Optical Coherence Tomography Reveals Self-Organizing Di-Fork Architecture of Mice Cutaneous Scars

Scientific studies report crucial impacts of biomechanical effectors to modulate wound healing either by scarring or regeneration. Further, the biological decision to predominantly favor the former is still cryptic. Real-time visualization of biomechanical manifestations in situ in scarring is hence necessary. Endorsed by nanostructural testing, synthetic phantom analysis, and computational simulations, we found strong mechanobiological correlates for Swept Source Optical Coherence Tomography (SS-OCT) speckles in mice cutaneous repair (full-thickness) up to 10 months. The theoretical basis of the optomechanics to provide insights into scar form-factor and evolution is proposed. Optomechanical changes have been considered as the resultant of intrinsic (e.g. fiber elastic modulus) and gross tissue mechanics (extracellular matrix (ECM)) in maturing scars.

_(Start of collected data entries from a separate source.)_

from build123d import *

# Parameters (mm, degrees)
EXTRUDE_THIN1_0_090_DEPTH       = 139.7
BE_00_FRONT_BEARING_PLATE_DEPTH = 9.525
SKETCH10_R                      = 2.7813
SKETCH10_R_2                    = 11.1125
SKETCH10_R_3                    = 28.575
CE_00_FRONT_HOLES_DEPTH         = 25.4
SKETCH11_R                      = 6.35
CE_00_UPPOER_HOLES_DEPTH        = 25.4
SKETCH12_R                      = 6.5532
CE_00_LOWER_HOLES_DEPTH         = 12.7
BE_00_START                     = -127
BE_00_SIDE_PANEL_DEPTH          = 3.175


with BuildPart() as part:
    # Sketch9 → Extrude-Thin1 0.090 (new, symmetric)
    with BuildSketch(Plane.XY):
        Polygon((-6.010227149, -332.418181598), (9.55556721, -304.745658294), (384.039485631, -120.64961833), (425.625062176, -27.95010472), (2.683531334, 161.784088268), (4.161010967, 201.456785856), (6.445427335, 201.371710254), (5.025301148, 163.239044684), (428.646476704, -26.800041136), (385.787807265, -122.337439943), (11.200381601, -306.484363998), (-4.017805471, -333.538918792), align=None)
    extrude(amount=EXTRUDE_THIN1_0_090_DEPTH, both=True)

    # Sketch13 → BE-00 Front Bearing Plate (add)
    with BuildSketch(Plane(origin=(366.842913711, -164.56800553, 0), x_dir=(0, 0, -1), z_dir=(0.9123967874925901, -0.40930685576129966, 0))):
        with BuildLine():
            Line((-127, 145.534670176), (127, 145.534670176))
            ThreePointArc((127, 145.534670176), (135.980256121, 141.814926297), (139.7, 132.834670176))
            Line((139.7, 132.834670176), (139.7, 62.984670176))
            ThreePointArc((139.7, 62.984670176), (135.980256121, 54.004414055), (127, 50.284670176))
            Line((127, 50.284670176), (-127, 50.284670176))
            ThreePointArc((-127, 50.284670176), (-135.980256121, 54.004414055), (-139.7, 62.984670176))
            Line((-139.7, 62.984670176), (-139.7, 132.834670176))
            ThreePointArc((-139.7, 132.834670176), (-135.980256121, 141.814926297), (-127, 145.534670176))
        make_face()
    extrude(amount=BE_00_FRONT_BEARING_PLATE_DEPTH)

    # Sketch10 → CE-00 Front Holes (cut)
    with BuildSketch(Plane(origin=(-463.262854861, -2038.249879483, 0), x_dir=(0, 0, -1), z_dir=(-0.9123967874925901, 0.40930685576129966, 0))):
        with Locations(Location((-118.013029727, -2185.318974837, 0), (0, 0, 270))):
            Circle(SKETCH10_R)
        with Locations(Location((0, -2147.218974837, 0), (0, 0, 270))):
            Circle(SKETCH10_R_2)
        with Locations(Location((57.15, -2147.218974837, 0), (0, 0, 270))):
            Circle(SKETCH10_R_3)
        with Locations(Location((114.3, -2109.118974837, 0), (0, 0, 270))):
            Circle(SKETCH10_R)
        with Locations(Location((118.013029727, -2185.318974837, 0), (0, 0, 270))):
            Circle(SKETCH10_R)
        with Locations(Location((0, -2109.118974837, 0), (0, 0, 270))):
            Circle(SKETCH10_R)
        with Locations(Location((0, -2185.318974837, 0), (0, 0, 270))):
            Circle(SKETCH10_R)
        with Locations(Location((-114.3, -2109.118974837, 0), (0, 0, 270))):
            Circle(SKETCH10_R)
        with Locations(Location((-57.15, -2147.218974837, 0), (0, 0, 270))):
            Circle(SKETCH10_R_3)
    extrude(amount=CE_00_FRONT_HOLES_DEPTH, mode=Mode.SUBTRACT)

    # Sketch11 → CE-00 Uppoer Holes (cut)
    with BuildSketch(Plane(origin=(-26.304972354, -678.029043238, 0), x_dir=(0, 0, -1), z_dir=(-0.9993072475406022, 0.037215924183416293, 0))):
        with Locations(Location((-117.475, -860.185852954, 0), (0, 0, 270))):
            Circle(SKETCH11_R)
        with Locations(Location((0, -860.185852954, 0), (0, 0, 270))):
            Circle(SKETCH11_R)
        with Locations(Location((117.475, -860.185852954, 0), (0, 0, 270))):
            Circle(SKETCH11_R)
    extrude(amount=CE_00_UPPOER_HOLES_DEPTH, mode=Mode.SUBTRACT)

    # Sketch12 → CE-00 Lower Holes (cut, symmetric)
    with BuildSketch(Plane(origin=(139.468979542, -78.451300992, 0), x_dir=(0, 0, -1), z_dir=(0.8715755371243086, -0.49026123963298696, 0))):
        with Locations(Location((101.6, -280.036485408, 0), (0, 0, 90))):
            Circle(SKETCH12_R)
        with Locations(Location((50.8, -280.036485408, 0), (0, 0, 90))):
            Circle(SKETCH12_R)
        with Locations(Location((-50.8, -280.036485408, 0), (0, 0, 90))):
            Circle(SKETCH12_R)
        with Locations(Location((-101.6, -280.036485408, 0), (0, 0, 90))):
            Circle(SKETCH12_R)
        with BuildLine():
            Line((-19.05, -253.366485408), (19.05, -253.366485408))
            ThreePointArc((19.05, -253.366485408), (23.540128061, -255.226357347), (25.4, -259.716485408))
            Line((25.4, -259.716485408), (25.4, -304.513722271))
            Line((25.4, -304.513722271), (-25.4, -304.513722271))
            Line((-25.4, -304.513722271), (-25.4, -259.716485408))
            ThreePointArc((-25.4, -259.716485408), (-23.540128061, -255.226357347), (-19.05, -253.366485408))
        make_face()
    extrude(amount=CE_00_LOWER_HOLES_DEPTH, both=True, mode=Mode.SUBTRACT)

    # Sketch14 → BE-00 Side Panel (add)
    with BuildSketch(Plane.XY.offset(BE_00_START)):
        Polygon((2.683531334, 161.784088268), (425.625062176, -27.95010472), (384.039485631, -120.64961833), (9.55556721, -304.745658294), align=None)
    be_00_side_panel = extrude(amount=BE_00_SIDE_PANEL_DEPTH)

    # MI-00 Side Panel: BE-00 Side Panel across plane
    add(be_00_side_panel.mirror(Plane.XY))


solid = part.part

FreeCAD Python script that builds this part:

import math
import FreeCAD as App
import Part
import Sketcher
Q = App.Units.Quantity


def add_polygon(sketch, points):
    """Adds a closed chain of lines whose ends are joined by coincident constraints."""
    first, n = sketch.GeometryCount, len(points)
    for a, b in zip(points, points[1:] + points[:1]):
        sketch.addGeometry(Part.LineSegment(App.Vector(*a, 0), App.Vector(*b, 0)), False)
    for i in range(n):
        sketch.addConstraint(Sketcher.Constraint("Coincident", first + i, 2, first + (i + 1) % n, 1))

doc = App.newDocument("Part")
body = doc.addObject("PartDesign::Body", "Body")

# Sketch on XY plane
sketch1 = body.newObject("Sketcher::SketchObject", "Sketch")
sketch1.AttachmentSupport = (doc.getObject("XY_Plane"), [""])
sketch1.MapMode = "FlatFace"
add_polygon(sketch1, [(9.6, -304.7), (-6, -332.4), (-4, -333.5), (11.2, -306.5), (385.8, -122.3), (428.6, -26.8), (5, 163.2), (6.4, 201.4), (4.2, 201.5), (2.7, 161.8), (425.6, -28), (384, -120.6)])  # lines 0-11
sketch1.addConstraint([
    Sketcher.Constraint("Perpendicular", 0, 1),
    Sketcher.Constraint("Perpendicular", 1, 2),
    Sketcher.Constraint("Perpendicular", 4, 5),
    Sketcher.Constraint("Perpendicular", 6, 7),
    Sketcher.Constraint("Perpendicular", 7, 8),
    Sketcher.Constraint("Parallel", 5, 9),
    Sketcher.Constraint("Perpendicular", 9, 10),
    Sketcher.Constraint("Parallel", 3, 11),
    Sketcher.Constraint("Equal", 1, 7),
    Sketcher.Constraint("Distance", 10, Q("4 in")),
    Sketcher.Constraint("Distance", 0, Q("1.25 in")),
    Sketcher.Constraint("Distance", 1, Q("0.09 in")),
    Sketcher.Constraint("Distance", 9, Q("18.25 in")),
    Sketcher.Constraint("Distance", 8, Q("1.563 in")),
    Sketcher.Constraint("Distance", 5, 464.2949),
    Sketcher.Constraint("Distance", 6, 38.1591),
    Sketcher.Constraint("DistanceX", -1, 1, 5, 2, 5.025301),
    Sketcher.Constraint("DistanceY", 3, 2, 4, 2, 95.537399),
    Sketcher.Constraint("DistanceY", 1, 2, 10, 2, 212.8893),
    Sketcher.Constraint("Distance", 11, 417.288338),
    Sketcher.Constraint("DistanceY", 0, 2, -1, 1, 332.418182),
    Sketcher.Constraint("DistanceY", 1, 2, -1, 1, 333.538919),
    Sketcher.Constraint("DistanceX", -1, 1, 2, 2, 11.200382),
    Sketcher.Constraint("DistanceY", 3, 2, -1, 1, 122.33744),
])
pad1 = body.newObject("PartDesign::Pad", "Pad")
pad1.Profile = sketch1
pad1.Length = Q("11 in")
pad1.Midplane = True

# Sketch on an angled plane
sketch2 = body.newObject("Sketcher::SketchObject", "Sketch001")
sketch2.Placement = App.Placement(App.Vector(366.842914, -164.568006, 0), App.Rotation(App.Vector(0, 0, -1), App.Vector(0.409306856, 0.912396787, 0), App.Vector(0.912396787, -0.409306856, 0), "ZXY"))
sketch2.addGeometry([
    Part.LineSegment(App.Vector(127, 146, 0), App.Vector(-127, 146, 0)),  # 0
    Part.ArcOfCircle(Part.Circle(App.Vector(-127, 133, 0), App.Vector(0, 0, 1), 13), math.radians(90), math.radians(180)),  # 1
    Part.LineSegment(App.Vector(-140, 133, 0), App.Vector(-140, 63, 0)),  # 2
    Part.ArcOfCircle(Part.Circle(App.Vector(-127, 63, 0), App.Vector(0, 0, 1), 13), math.radians(180), math.radians(270)),  # 3
    Part.LineSegment(App.Vector(-127, 50, 0), App.Vector(127, 50, 0)),  # 4
    Part.ArcOfCircle(Part.Circle(App.Vector(127, 63, 0), App.Vector(0, 0, 1), 13), math.radians(-90), math.radians(0)),  # 5
    Part.LineSegment(App.Vector(140, 63, 0), App.Vector(140, 133, 0)),  # 6
    Part.ArcOfCircle(Part.Circle(App.Vector(127, 133, 0), App.Vector(0, 0, 1), 13), math.radians(0), math.radians(90)),  # 7
], False)
sketch2.addConstraint([
    Sketcher.Constraint("Tangent", 0, 2, 1, 1),
    Sketcher.Constraint("Tangent", 1, 2, 2, 1),
    Sketcher.Constraint("Tangent", 2, 2, 3, 1),
    Sketcher.Constraint("Tangent", 3, 2, 4, 1),
    Sketcher.Constraint("Tangent", 4, 2, 5, 1),
    Sketcher.Constraint("Tangent", 5, 2, 6, 1),
    Sketcher.Constraint("Tangent", 6, 2, 7, 1),
    Sketcher.Constraint("Tangent", 7, 2, 0, 1),
    Sketcher.Constraint("Horizontal", 0),
    Sketcher.Constraint("Vertical", 2),
    Sketcher.Constraint("Horizontal", 4),
    Sketcher.Constraint("Vertical", 6),
    Sketcher.Constraint("Equal", 1, 3),
    Sketcher.Constraint("Equal", 3, 5),
    Sketcher.Constraint("Equal", 5, 7),
    Sketcher.Constraint("Radius", 1, Q("0.5 in")),
    Sketcher.Constraint("DistanceX", 0, 2, 0, 1, Q("10 in")),
    Sketcher.Constraint("DistanceX", 1, 3, -1, 1, Q("5 in")),
    Sketcher.Constraint("DistanceY", 2, 2, 2, 1, Q("2.75 in")),
    Sketcher.Constraint("DistanceY", -1, 1, 1, 3, 132.83467),
])
pad2 = body.newObject("PartDesign::Pad", "Pad001")
pad2.Profile = sketch2
pad2.Length = Q("0.375 in")

# Sketch on an angled plane
sketch3 = body.newObject("Sketcher::SketchObject", "Sketch002")
sketch3.Placement = App.Placement(App.Vector(-463.262855, -2038.249879, 0), App.Rotation(App.Vector(0, 0, -1), App.Vector(-0.409306856, -0.912396787, 0), App.Vector(-0.912396787, 0.409306856, 0), "ZXY"))
sketch3.addGeometry([
    Part.Circle(App.Vector(-118, -2185.3, 0), App.Vector(0, 0, 1), 2.8),  # 0
    Part.Circle(App.Vector(0, -2147.2, 0), App.Vector(0, 0, 1), 11.1),  # 1
    Part.Circle(App.Vector(57.1, -2147.2, 0), App.Vector(0, 0, 1), 28.6),  # 2
    Part.Circle(App.Vector(114.3, -2109.1, 0), App.Vector(0, 0, 1), 2.8),  # 3
    Part.Circle(App.Vector(118, -2185.3, 0), App.Vector(0, 0, 1), 2.8),  # 4
    Part.Circle(App.Vector(0, -2109.1, 0), App.Vector(0, 0, 1), 2.8),  # 5
    Part.Circle(App.Vector(0, -2185.3, 0), App.Vector(0, 0, 1), 2.8),  # 6
    Part.Circle(App.Vector(-114.3, -2109.1, 0), App.Vector(0, 0, 1), 2.8),  # 7
    Part.Circle(App.Vector(-57.1, -2147.2, 0), App.Vector(0, 0, 1), 28.6),  # 8
], False)
sketch3.addConstraint([
    Sketcher.Constraint("Equal", 0, 3),
    Sketcher.Constraint("Equal", 3, 4),
    Sketcher.Constraint("Equal", 4, 5),
    Sketcher.Constraint("Equal", 5, 6),
    Sketcher.Constraint("Equal", 6, 7),
    Sketcher.Constraint("Equal", 2, 8),
    Sketcher.Constraint("Symmetric", 0, 3, 4, 3, -2),
    Sketcher.Constraint("Symmetric", 3, 3, 7, 3, -2),
    Sketcher.Constraint("Symmetric", 2, 3, 8, 3, -2),
    Sketcher.Constraint("PointOnObject", 1, 3, -2),
    Sketcher.Constraint("PointOnObject", 5, 3, -2),
    Sketcher.Constraint("PointOnObject", 6, 3, -2),
    Sketcher.Constraint("Horizontal", 1, 3, 2, 3),
    Sketcher.Constraint("Horizontal", 3, 3, 5, 3),
    Sketcher.Constraint("Horizontal", 4, 3, 6, 3),
    Sketcher.Constraint("Diameter", 2, Q("2.25 in")),
    Sketcher.Constraint("Diameter", 0, Q("0.219 in")),
    Sketcher.Constraint("Diameter", 1, Q("0.875 in")),
    Sketcher.Constraint("DistanceY", 0, 3, 3, 3, Q("3 in")),
    Sketcher.Constraint("DistanceX", -1, 1, 3, 3, Q("4.5 in")),
    Sketcher.Constraint("DistanceY", 0, 3, 1, 3, Q("1.5 in")),
    Sketcher.Constraint("DistanceX", -1, 1, 2, 3, Q("2.25 in")),
    Sketcher.Constraint("DistanceX", 0, 3, -1, 1, 118.01303),
    Sketcher.Constraint("DistanceY", 0, 3, -1, 1, 2185.318973),
])
pocket1 = body.newObject("PartDesign::Pocket", "Pocket")
pocket1.Profile = sketch3
pocket1.Length = Q("1 in")
pocket1.Reversed = True

# Sketch on an angled plane
sketch4 = body.newObject("Sketcher::SketchObject", "Sketch003")
sketch4.Placement = App.Placement(App.Vector(-26.304972, -678.029043, 0), App.Rotation(App.Vector(0, 0, -1), App.Vector(-0.037215924, -0.999307248, 0), App.Vector(-0.999307248, 0.037215924, 0), "ZXY"))
sketch4.addGeometry([
    Part.Circle(App.Vector(-117, -860, 0), App.Vector(0, 0, 1), 6),
    Part.Circle(App.Vector(0, -860, 0), App.Vector(0, 0, 1), 6),
    Part.Circle(App.Vector(117, -860, 0), App.Vector(0, 0, 1), 6),
], False)
sketch4.addConstraint([
    Sketcher.Constraint("Equal", 0, 1),
    Sketcher.Constraint("Equal", 1, 2),
    Sketcher.Constraint("Symmetric", 0, 3, 2, 3, -2),
    Sketcher.Constraint("PointOnObject", 1, 3, -2),
    Sketcher.Constraint("Horizontal", 0, 3, 1, 3),
    Sketcher.Constraint("Diameter", 0, Q("0.5 in")),
    Sketcher.Constraint("DistanceX", 0, 3, 2, 3, Q("9.25 in")),
    Sketcher.Constraint("DistanceY", 0, 3, -1, 1, 860.185854),
])
pocket2 = body.newObject("PartDesign::Pocket", "Pocket001")
pocket2.Profile = sketch4
pocket2.Length = Q("1 in")
pocket2.Reversed = True

# Sketch on an angled plane
sketch5 = body.newObject("Sketcher::SketchObject", "Sketch004")
sketch5.Placement = App.Placement(App.Vector(139.46898, -78.451301, 0), App.Rotation(App.Vector(0, 0, -1), App.Vector(0.49026124, 0.871575537, 0), App.Vector(0.871575537, -0.49026124, 0), "ZXY"))
sketch5.addGeometry([
    Part.Circle(App.Vector(102, -280, 0), App.Vector(0, 0, 1), 7),  # 0
    Part.Circle(App.Vector(51, -280, 0), App.Vector(0, 0, 1), 7),  # 1
    Part.Circle(App.Vector(-51, -280, 0), App.Vector(0, 0, 1), 7),  # 2
    Part.Circle(App.Vector(-102, -280, 0), App.Vector(0, 0, 1), 7),  # 3
    Part.LineSegment(App.Vector(19, -253, 0), App.Vector(-19, -253, 0)),  # 4
    Part.ArcOfCircle(Part.Circle(App.Vector(-19, -260, 0), App.Vector(0, 0, 1), 6), math.radians(90), math.radians(180)),  # 5
    Part.LineSegment(App.Vector(-25, -260, 0), App.Vector(-25, -305, 0)),  # 6
    Part.LineSegment(App.Vector(-25, -305, 0), App.Vector(25, -305, 0)),  # 7
    Part.LineSegment(App.Vector(25, -305, 0), App.Vector(25, -260, 0)),  # 8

Non-invasive optomechanics supported with microscopic findings reveal scar’s cross-sectional self-organizing di-fork architecture. Dual-compartment heterogeneity of di-fork exhibits stress-evading features with a dichotomy in inhabitant cellular stress-fiber distributions. This differential interactivity of scar with adjoining tissues reflects its architectural intelligence to compensate tissue loss (hypodermis/muscle) by assembling into a di-fork. Gradual establishment of baseline shifted lasting mechanobiological steady-state, later in scarring, expose scar as an alternate stable state within the skin.Significance StatementWound repair in mammals, predominantly culminates into function compromising scar that is occasionally fatal in vital organs. How the biological system often adopts scarring over a restorative regeneration is yet a conundrum. Wound and ambient mechanics play a pivotal role in deciding the healing fate. SS-OCT is hence demonstrated here as a non-invasive window to such mechanical manifestations during skin wound healing. This exposed gradual emergence of temporally maintained and stress-resilient di-fork architecture of the scar with differential neighborhood interfaces. Accommodation of such an alternate self-organizing steady-state of scar sheds light on its sustenance and paradoxical selection.